== Segment start ==

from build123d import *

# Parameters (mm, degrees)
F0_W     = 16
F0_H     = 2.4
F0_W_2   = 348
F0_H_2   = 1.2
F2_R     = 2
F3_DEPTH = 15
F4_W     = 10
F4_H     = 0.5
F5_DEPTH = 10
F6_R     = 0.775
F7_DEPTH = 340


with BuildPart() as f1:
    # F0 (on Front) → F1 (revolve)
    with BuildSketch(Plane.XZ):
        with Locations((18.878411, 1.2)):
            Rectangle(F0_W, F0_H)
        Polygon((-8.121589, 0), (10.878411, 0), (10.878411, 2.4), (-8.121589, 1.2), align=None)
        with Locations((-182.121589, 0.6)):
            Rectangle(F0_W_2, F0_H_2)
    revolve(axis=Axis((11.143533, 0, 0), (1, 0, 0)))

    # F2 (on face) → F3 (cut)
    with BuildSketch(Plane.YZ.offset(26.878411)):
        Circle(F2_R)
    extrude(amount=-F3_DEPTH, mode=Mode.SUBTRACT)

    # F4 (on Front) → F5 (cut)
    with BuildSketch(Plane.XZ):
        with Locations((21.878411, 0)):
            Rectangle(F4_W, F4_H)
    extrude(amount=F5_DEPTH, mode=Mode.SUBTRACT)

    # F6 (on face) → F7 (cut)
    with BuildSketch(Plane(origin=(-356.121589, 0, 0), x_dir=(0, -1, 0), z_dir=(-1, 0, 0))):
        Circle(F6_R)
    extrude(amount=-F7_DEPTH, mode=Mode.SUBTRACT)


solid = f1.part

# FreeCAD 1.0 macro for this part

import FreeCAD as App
import Part
import Sketcher
from FreeCAD import Vector
Q = App.Units.Quantity

doc = App.newDocument("Part")
body = doc.addObject("PartDesign::Body", "Body")

# Sketch on XZ plane
sketch1 = body.newObject("Sketcher::SketchObject", "Sketch")
sketch1.AttachmentSupport = (doc.getObject("XZ_Plane"), [""])
sketch1.MapMode = "FlatFace"
sketch1.addGeometry(Part.LineSegment(Vector(26.9, 0, 0), Vector(26.9, 2.4, 0)), False)
sketch1.addGeometry(Part.LineSegment(Vector(26.9, 2.4, 0), Vector(10.9, 2.4, 0)), False)
sketch1.addGeometry(Part.LineSegment(Vector(10.9, 2.4, 0), Vector(-8.1, 1.2, 0)), False)
sketch1.addGeometry(Part.LineSegment(Vector(-8.1, 1.2, 0), Vector(-356.1, 1.2, 0)), False)
sketch1.addGeometry(Part.LineSegment(Vector(-356.1, 1.2, 0), Vector(-356.1, 0, 0)), False)
sketch1.addGeometry(Part.LineSegment(Vector(-356.1, 0, 0), Vector(26.9, 0, 0)), False)
sketch1.addConstraint(Sketcher.Constraint("Coincident", 0, 2, 1, 1))
sketch1.addConstraint(Sketcher.Constraint("Coincident", 1, 2, 2, 1))
sketch1.addConstraint(Sketcher.Constraint("Coincident", 2, 2, 3, 1))
sketch1.addConstraint(Sketcher.Constraint("Coincident", 3, 2, 4, 1))
sketch1.addConstraint(Sketcher.Constraint("Coincident", 4, 2, 5, 1))
sketch1.addConstraint(Sketcher.Constraint("Coincident", 5, 2, 0, 1))
sketch1.addConstraint(Sketcher.Constraint("Vertical", 0))
sketch1.addConstraint(Sketcher.Constraint("Horizontal", 1))
sketch1.addConstraint(Sketcher.Constraint("Horizontal", 3))
sketch1.addConstraint(Sketcher.Constraint("Vertical", 4))
sketch1.addConstraint(Sketcher.Constraint("Horizontal", 5))
sketch1.addConstraint(Sketcher.Constraint("PointOnObject", 4, 2, -1))
sketch1.addConstraint(Sketcher.Constraint("DistanceX", 1, 2, 1, 1, Q("16 mm")))
sketch1.addConstraint(Sketcher.Constraint("DistanceX", 3, 2, 3, 1, Q("348 mm")))
sketch1.addConstraint(Sketcher.Constraint("DistanceX", 5, 1, 5, 2, Q("383 mm")))
sketch1.addConstraint(Sketcher.Constraint("DistanceY", 0, 1, 0, 2, Q("2.4 mm")))
sketch1.addConstraint(Sketcher.Constraint("DistanceY", 4, 2, 4, 1, Q("1.2 mm")))
sketch1.addConstraint(Sketcher.Constraint("DistanceX", -1, 1, 0, 2, Q("26.878411 mm")))
revolution = body.newObject("PartDesign::Revolution", "Revolution")
revolution.Profile = sketch1
revolution.ReferenceAxis = (sketch1, ["H_Axis"])
revolution.Angle = 360

# Sketch on YZ plane
sketch2 = body.newObject("Sketcher::SketchObject", "Sketch001")
sketch2.AttachmentSupport = (doc.getObject("YZ_Plane"), [""])
sketch2.MapMode = "FlatFace"
sketch2.AttachmentOffset = App.Placement(Vector(0, 0, 26.878411), App.Rotation())
sketch2.addGeometry(Part.Circle(Vector(0, 0, 0), Vector(0, 0, 1), 2), False)
sketch2.addConstraint(Sketcher.Constraint("Coincident", 0, 3, -1, 1))
sketch2.addConstraint(Sketcher.Constraint("Diameter", 0, Q("4 mm")))
pocket1 = body.newObject("PartDesign::Pocket", "Pocket")
pocket1.Profile = sketch2
pocket1.Length = 15

# Sketch on XZ plane
sketch3 = body.newObject("Sketcher::SketchObject", "Sketch002")
sketch3.AttachmentSupport = (doc.getObject("XZ_Plane"), [""])
sketch3.MapMode = "FlatFace"
sketch3.addGeometry(Part.LineSegment(Vector(16.9, 0.2, 0), Vector(16.9, -0.2, 0)), False)
sketch3.addGeometry(Part.LineSegment(Vector(16.9, -0.2, 0), Vector(26.9, -0.2, 0)), False)
sketch3.addGeometry(Part.LineSegment(Vector(26.9, -0.2, 0), Vector(26.9, 0.2, 0)), False)
sketch3.addGeometry(Part.LineSegment(Vector(26.9, 0.2, 0), Vector(16.9, 0.2, 0)), False)
sketch3.addConstraint(Sketcher.Constraint("Coincident", 0, 2, 1, 1))
sketch3.addConstraint(Sketcher.Constraint("Coincident", 1, 2, 2, 1))
sketch3.addConstraint(Sketcher.Constraint("Coincident", 2, 2, 3, 1))
sketch3.addConstraint(Sketcher.Constraint("Coincident", 3, 2, 0, 1))
sketch3.addConstraint(Sketcher.Constraint("Vertical", 0))
sketch3.addConstraint(Sketcher.Constraint("Horizontal", 1))
sketch3.addConstraint(Sketcher.Constraint("Vertical", 2))
sketch3.addConstraint(Sketcher.Constraint("Horizontal", 3))
sketch3.addConstraint(Sketcher.Constraint("DistanceX", 1, 1, 1, 2, Q("10 mm")))
sketch3.addConstraint(Sketcher.Constraint("DistanceY", 0, 2, 0, 1, Q("0.5 mm")))
sketch3.addConstraint(Sketcher.Constraint("DistanceY", 0, 2, -1, 1, Q("0.25 mm")))
sketch3.addConstraint(Sketcher.Constraint("DistanceX", -1, 1, 0, 2, Q("16.878411 mm")))
pocket2 = body.newObject("PartDesign::Pocket", "Pocket001")
pocket2.Profile = sketch3
pocket2.Length = 10
pocket2.Reversed = True

# Sketch on YZ plane
sketch4 = body.newObject("Sketcher::SketchObject", "Sketch003")
sketch4.AttachmentSupport = (doc.getObject("YZ_Plane"), [""])
sketch4.MapMode = "FlatFace"
sketch4.AttachmentOffset = App.Placement(Vector(0, 0, -356.121589), App.Rotation())
sketch4.addGeometry(Part.Circle(Vector(0, 0, 0), Vector(0, 0, 1), 0.8), False)
sketch4.addConstraint(Sketcher.Constraint("Coincident", 0, 3, -1, 1))
sketch4.addConstraint(Sketcher.Constraint("Diameter", 0, Q("1.55 mm")))
pocket3 = body.newObject("PartDesign::Pocket", "Pocket002")
pocket3.Profile = sketch4
pocket3.Length = 340
pocket3.Reversed = True

doc.recompute()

== Segment end ==

■ PROBLEM TO SOLVE
Copy out each line of the listing that holds the word "amount".

■ RESPONSE BELOW
    extrude(amount=-F3_DEPTH, mode=Mode.SUBTRACT)
    extrude(amount=F5_DEPTH, mode=Mode.SUBTRACT)
    extrude(amount=-F7_DEPTH, mode=Mode.SUBTRACT)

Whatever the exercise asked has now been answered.